WORK REQUEST: Scan the records beneath this line for the line holding "#48=VECTOR('',#40,1.);" and the line holding "#83=ORIENTED_EDGE('',*,*,#82,.T.);", then transcribe exactly those two and all lines between.

[Stored data entries]
________
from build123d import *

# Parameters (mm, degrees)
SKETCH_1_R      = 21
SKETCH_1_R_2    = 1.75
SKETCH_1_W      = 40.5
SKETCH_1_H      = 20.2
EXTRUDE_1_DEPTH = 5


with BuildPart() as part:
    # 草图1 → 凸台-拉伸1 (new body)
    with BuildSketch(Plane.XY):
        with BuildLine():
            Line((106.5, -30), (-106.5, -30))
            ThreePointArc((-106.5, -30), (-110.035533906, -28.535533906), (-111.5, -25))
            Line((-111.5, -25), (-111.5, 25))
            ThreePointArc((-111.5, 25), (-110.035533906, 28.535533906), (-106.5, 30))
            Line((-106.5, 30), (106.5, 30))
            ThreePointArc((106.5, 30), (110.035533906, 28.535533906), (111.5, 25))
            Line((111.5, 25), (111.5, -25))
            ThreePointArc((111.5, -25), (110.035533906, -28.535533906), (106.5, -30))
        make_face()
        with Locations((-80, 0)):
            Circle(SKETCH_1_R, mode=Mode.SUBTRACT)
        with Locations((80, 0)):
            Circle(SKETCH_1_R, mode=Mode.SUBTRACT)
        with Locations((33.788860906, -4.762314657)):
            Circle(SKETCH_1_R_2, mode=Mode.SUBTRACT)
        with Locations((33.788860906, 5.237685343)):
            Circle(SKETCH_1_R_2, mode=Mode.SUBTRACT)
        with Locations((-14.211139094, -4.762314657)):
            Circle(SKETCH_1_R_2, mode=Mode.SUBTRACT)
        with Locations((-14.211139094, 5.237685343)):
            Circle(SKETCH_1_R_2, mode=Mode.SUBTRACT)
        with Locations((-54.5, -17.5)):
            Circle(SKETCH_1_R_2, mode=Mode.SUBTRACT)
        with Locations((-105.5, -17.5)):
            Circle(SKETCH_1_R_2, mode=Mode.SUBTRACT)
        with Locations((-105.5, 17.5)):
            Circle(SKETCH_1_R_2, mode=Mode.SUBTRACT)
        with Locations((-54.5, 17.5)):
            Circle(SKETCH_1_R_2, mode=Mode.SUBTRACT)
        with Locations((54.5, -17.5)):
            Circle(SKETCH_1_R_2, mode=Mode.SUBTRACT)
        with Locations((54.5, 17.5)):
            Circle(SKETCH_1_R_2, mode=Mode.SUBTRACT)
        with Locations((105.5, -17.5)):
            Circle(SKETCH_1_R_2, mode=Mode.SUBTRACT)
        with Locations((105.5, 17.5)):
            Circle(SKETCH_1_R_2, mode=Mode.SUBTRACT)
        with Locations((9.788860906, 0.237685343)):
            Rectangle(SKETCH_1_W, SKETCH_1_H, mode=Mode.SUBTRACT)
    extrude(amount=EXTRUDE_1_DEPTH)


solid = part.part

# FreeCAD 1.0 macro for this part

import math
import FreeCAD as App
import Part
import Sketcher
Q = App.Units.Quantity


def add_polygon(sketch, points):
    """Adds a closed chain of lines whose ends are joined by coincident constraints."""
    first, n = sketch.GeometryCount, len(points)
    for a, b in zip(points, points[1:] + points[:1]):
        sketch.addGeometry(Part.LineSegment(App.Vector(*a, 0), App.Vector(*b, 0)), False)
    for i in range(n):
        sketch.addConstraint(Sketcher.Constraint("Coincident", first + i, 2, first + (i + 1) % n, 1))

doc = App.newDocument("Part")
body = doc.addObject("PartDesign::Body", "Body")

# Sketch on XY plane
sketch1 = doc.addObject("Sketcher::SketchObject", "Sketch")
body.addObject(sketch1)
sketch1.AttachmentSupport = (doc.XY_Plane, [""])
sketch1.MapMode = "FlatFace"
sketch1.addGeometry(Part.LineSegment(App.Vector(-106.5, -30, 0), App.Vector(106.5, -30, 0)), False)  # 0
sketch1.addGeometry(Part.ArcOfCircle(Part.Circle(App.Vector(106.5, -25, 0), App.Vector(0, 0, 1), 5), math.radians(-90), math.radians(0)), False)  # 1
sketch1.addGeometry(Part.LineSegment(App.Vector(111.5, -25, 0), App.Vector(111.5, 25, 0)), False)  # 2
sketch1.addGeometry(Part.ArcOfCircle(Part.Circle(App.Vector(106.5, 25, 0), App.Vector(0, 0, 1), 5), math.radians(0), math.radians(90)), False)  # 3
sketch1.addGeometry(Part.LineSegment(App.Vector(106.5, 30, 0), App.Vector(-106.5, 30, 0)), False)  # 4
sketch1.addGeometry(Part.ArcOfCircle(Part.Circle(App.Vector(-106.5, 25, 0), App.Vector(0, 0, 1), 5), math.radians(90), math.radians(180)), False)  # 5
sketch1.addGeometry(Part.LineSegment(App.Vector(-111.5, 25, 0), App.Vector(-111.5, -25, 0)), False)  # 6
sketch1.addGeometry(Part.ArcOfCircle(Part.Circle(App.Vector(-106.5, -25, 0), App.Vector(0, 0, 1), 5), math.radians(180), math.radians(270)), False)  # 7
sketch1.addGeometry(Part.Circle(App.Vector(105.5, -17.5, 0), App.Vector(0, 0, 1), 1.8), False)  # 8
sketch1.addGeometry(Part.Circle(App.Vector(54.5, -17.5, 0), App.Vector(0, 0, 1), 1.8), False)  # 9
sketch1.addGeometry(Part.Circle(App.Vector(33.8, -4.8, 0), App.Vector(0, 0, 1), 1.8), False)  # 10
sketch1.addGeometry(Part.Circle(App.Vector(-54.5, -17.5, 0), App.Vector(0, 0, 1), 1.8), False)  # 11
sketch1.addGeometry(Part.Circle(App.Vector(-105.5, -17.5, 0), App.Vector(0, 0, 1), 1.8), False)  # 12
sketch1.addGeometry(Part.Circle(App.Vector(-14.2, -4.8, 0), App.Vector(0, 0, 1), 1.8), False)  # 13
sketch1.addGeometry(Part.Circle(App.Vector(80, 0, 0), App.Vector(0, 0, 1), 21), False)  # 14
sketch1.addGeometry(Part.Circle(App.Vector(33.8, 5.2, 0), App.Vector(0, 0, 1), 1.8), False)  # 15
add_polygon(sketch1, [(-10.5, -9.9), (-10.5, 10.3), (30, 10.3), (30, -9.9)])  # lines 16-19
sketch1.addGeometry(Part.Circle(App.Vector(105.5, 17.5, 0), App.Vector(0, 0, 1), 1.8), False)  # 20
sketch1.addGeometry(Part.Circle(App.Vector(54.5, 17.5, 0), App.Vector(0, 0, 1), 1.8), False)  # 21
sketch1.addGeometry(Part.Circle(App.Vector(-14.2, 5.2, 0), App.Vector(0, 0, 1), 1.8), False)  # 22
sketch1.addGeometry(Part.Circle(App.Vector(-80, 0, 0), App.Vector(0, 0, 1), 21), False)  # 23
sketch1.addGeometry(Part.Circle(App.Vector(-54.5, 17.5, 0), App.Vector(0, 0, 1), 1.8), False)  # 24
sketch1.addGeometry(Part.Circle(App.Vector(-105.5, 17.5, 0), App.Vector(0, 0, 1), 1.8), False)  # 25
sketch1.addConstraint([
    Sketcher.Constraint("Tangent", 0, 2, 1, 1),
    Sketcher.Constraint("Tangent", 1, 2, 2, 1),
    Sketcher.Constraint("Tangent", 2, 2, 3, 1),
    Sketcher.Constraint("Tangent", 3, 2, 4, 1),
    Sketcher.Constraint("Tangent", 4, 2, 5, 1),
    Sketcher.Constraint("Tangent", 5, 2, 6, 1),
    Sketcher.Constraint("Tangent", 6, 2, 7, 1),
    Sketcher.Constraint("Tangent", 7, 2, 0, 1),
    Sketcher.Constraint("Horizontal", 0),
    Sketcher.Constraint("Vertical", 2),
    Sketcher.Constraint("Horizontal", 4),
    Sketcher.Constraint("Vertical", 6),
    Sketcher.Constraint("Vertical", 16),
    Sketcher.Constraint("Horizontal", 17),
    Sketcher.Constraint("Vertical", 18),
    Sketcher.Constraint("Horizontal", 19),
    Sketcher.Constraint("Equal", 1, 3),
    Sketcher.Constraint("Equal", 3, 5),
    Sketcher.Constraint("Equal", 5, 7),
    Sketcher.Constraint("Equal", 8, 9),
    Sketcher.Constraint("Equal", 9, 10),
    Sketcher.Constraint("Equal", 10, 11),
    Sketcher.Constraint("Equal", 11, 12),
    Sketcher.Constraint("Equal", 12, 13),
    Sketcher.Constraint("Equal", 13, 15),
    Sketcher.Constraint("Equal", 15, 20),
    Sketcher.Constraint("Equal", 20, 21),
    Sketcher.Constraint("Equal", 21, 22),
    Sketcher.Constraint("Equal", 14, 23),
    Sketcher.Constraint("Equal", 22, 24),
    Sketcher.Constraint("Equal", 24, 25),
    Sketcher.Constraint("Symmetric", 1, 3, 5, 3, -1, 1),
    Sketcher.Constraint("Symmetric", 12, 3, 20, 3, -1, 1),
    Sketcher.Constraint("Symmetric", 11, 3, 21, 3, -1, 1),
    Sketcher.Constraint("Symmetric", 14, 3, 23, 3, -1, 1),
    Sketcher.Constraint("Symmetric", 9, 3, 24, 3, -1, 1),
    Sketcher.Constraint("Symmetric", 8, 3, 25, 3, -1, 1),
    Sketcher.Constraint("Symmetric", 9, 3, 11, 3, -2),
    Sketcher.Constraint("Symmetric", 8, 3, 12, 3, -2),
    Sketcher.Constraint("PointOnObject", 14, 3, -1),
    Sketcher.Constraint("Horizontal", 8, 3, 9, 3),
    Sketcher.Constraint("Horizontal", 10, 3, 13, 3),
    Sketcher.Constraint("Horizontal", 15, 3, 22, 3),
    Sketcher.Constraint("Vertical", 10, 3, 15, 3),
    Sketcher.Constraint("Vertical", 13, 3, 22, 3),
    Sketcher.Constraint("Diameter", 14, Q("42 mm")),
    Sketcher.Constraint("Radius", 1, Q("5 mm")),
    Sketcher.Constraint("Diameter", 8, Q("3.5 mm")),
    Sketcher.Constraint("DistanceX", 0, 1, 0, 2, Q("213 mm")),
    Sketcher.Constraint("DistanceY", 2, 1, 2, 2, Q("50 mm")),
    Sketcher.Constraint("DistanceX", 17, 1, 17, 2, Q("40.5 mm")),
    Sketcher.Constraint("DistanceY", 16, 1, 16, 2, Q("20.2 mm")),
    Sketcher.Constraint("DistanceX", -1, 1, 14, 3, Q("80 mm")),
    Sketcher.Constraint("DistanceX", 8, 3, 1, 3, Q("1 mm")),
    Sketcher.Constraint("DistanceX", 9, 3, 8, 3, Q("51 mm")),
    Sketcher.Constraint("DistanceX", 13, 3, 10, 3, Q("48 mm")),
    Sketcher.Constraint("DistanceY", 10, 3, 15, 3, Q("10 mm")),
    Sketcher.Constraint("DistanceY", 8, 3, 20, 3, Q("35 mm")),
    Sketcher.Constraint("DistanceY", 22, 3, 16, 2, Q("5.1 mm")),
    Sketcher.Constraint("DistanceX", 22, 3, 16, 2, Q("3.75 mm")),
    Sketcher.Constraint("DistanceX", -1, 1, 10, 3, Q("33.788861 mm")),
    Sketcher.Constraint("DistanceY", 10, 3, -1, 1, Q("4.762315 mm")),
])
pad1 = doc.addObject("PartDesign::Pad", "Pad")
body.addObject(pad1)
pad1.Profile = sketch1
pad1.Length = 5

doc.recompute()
________
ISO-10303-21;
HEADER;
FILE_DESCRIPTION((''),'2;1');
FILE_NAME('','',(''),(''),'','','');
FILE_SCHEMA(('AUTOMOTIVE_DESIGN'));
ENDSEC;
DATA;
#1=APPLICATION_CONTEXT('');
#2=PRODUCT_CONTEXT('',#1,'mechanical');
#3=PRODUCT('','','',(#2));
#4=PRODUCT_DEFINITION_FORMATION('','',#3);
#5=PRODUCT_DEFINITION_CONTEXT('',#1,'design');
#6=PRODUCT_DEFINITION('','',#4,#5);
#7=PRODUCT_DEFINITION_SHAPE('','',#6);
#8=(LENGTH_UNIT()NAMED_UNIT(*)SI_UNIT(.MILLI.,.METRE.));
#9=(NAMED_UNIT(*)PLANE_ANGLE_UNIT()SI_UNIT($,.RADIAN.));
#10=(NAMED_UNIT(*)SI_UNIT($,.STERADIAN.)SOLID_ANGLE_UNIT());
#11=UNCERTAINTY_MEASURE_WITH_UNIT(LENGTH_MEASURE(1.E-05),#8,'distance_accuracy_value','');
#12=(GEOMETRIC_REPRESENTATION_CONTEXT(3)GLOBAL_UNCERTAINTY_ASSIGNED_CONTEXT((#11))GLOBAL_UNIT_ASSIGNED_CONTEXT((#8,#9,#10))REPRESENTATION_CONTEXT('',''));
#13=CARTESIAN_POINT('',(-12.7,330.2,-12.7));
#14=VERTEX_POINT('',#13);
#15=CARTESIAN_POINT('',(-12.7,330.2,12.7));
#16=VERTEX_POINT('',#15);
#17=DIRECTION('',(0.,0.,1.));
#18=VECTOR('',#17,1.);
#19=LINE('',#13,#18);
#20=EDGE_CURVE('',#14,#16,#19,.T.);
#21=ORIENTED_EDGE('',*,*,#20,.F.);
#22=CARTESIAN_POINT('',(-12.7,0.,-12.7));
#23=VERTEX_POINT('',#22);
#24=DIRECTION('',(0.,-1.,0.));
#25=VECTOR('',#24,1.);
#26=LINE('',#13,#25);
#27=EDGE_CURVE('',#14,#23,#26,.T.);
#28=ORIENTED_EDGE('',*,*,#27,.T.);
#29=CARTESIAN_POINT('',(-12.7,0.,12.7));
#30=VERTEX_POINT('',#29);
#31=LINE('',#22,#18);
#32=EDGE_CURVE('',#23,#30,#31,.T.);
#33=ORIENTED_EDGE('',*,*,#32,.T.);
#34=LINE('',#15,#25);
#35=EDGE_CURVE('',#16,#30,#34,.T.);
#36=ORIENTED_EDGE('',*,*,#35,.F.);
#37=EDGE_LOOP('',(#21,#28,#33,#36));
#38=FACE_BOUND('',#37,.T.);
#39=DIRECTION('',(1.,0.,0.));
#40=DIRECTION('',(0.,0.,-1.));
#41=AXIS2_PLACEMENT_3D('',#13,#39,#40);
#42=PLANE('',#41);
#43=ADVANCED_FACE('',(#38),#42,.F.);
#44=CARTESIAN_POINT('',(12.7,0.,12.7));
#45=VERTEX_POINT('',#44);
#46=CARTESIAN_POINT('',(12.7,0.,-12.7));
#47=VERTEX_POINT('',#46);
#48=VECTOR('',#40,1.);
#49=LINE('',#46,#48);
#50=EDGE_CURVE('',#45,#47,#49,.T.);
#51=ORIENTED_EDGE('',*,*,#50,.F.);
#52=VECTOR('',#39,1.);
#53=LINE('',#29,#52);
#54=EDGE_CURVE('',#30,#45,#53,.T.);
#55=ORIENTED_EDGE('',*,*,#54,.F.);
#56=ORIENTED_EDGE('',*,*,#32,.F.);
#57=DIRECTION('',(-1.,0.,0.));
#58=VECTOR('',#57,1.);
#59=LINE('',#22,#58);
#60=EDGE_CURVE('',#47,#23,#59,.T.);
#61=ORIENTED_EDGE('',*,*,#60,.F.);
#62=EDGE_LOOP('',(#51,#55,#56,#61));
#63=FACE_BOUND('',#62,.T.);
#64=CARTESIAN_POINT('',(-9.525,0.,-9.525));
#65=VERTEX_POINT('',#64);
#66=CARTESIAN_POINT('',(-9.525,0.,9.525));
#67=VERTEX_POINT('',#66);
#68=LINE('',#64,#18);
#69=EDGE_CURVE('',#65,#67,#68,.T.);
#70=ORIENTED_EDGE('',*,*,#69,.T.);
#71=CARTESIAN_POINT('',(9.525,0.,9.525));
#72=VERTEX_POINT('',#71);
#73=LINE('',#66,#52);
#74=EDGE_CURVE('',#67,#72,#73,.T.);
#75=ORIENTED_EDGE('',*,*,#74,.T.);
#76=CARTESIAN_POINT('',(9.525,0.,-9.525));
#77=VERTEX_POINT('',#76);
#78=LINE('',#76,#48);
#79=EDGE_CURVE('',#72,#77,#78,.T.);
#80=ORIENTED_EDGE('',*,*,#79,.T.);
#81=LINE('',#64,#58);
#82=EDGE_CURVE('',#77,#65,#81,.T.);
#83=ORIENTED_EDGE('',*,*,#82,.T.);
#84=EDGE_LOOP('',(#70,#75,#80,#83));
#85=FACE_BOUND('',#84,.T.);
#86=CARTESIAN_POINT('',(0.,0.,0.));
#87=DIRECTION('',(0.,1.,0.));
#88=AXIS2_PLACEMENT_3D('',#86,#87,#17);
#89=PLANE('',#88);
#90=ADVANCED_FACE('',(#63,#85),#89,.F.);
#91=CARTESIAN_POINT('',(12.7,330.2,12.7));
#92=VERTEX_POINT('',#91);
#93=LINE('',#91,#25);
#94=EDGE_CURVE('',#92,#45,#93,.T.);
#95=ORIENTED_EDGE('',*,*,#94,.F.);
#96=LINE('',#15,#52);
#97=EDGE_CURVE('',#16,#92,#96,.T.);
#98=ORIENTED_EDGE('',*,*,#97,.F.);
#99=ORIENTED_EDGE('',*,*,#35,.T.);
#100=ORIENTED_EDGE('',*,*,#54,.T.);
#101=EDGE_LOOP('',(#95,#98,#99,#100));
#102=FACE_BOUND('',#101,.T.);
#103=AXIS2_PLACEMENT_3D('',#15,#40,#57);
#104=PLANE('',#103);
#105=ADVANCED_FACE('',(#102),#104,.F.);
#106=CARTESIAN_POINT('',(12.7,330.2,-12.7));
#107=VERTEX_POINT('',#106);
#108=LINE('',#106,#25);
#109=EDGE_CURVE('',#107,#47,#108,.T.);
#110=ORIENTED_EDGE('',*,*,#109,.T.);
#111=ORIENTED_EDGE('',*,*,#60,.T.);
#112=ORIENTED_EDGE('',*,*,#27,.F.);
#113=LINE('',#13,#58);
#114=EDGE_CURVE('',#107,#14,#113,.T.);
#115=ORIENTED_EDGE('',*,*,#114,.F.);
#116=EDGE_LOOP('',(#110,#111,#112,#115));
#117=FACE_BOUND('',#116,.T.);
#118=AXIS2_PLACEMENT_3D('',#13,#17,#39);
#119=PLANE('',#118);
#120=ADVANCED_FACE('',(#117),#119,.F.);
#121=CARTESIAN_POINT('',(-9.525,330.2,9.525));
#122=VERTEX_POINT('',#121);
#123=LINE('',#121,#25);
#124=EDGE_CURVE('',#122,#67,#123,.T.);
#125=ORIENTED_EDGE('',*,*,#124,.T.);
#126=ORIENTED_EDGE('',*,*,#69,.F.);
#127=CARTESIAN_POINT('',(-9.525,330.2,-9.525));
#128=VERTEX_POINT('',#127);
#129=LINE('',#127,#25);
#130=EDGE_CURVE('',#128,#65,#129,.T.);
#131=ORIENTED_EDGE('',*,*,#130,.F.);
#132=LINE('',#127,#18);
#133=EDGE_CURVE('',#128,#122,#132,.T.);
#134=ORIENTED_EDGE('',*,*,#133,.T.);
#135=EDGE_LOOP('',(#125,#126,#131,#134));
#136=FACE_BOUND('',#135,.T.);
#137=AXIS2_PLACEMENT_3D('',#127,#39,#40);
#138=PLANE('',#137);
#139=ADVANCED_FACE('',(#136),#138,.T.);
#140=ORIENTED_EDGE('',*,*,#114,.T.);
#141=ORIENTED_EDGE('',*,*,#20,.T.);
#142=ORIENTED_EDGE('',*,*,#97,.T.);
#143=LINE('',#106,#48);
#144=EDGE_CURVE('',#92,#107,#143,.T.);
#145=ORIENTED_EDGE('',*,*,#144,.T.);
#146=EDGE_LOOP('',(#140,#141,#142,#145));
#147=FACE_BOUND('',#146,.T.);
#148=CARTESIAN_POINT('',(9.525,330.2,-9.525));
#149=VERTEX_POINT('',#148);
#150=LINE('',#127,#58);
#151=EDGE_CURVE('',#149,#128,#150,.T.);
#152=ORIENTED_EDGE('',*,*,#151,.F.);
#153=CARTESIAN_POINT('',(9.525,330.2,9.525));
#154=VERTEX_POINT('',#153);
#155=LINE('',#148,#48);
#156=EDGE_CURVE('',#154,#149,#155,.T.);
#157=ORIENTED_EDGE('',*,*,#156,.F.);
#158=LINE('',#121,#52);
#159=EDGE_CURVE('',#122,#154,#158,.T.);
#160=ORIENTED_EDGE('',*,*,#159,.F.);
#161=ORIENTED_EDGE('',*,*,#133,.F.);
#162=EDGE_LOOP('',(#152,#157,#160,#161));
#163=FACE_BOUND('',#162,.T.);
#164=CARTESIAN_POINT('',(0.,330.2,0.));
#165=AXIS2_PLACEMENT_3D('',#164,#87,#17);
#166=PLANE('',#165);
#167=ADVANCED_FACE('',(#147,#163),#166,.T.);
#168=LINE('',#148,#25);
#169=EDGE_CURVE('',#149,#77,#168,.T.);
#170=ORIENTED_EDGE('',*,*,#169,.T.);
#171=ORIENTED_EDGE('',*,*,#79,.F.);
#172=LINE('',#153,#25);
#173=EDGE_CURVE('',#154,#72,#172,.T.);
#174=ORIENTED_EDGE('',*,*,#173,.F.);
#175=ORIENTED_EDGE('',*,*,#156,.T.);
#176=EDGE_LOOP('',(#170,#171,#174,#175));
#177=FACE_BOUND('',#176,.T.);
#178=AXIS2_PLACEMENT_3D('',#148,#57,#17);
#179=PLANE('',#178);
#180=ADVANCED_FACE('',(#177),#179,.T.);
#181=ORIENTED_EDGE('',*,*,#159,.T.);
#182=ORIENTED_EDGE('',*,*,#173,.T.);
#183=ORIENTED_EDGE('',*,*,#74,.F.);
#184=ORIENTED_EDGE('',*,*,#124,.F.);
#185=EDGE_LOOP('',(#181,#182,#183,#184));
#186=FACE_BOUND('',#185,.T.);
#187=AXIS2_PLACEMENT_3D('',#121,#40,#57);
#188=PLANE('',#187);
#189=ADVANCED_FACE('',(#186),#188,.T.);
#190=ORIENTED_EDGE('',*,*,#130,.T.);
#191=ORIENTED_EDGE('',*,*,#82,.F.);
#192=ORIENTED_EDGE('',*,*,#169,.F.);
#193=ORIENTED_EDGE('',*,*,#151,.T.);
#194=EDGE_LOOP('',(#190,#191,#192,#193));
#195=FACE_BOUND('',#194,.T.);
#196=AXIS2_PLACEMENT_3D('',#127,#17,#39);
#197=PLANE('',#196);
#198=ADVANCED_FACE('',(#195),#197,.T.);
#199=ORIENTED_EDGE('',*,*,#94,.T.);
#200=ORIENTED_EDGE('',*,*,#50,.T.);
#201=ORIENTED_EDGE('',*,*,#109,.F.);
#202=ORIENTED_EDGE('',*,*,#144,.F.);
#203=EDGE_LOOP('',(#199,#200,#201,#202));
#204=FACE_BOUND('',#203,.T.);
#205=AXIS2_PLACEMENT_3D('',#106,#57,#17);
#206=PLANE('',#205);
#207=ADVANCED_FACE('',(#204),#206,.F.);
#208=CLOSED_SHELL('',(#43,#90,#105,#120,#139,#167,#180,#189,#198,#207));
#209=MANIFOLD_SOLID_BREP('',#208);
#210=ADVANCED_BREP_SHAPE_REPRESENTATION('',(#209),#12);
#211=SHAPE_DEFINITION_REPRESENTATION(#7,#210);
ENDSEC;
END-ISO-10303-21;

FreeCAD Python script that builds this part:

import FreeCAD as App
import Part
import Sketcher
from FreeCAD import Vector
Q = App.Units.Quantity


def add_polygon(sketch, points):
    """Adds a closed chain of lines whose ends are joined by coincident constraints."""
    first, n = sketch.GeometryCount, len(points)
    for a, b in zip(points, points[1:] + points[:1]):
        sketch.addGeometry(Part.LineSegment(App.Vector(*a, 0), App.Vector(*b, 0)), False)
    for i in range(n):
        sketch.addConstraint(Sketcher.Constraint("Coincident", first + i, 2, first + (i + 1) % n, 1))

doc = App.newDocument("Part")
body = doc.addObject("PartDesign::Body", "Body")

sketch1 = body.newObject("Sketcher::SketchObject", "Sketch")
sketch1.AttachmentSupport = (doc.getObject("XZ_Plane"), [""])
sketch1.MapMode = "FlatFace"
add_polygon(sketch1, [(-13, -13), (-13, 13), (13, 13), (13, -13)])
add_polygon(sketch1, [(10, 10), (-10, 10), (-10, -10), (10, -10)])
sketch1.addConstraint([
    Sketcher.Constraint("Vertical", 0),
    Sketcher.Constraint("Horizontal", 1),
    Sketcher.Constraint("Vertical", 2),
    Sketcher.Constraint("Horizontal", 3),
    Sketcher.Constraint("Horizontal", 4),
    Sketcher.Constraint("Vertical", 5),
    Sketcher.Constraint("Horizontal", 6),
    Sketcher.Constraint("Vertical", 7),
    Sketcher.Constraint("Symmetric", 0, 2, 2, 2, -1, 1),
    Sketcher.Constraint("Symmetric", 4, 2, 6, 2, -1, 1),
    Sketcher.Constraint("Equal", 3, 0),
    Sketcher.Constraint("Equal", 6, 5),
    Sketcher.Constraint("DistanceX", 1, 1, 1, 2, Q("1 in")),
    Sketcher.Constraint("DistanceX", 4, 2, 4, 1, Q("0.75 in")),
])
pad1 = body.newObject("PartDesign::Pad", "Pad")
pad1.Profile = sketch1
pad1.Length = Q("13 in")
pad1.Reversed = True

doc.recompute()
________
ANSWER TO THIS PROBLEM:
#48=VECTOR('',#40,1.);
#49=LINE('',#46,#48);
#50=EDGE_CURVE('',#45,#47,#49,.T.);
#51=ORIENTED_EDGE('',*,*,#50,.F.);
#52=VECTOR('',#39,1.);
#53=LINE('',#29,#52);
#54=EDGE_CURVE('',#30,#45,#53,.T.);
#55=ORIENTED_EDGE('',*,*,#54,.F.);
#56=ORIENTED_EDGE('',*,*,#32,.F.);
#57=DIRECTION('',(-1.,0.,0.));
#58=VECTOR('',#57,1.);
#59=LINE('',#22,#58);
#60=EDGE_CURVE('',#47,#23,#59,.T.);
#61=ORIENTED_EDGE('',*,*,#60,.F.);
#62=EDGE_LOOP('',(#51,#55,#56,#61));
#63=FACE_BOUND('',#62,.T.);
#64=CARTESIAN_POINT('',(-9.525,0.,-9.525));
#65=VERTEX_POINT('',#64);
#66=CARTESIAN_POINT('',(-9.525,0.,9.525));
#67=VERTEX_POINT('',#66);
#68=LINE('',#64,#18);
#69=EDGE_CURVE('',#65,#67,#68,.T.);
#70=ORIENTED_EDGE('',*,*,#69,.T.);
#71=CARTESIAN_POINT('',(9.525,0.,9.525));
#72=VERTEX_POINT('',#71);
#73=LINE('',#66,#52);
#74=EDGE_CURVE('',#67,#72,#73,.T.);
#75=ORIENTED_EDGE('',*,*,#74,.T.);
#76=CARTESIAN_POINT('',(9.525,0.,-9.525));
#77=VERTEX_POINT('',#76);
#78=LINE('',#76,#48);
#79=EDGE_CURVE('',#72,#77,#78,.T.);
#80=ORIENTED_EDGE('',*,*,#79,.T.);
#81=LINE('',#64,#58);
#82=EDGE_CURVE('',#77,#65,#81,.T.);
#83=ORIENTED_EDGE('',*,*,#82,.T.);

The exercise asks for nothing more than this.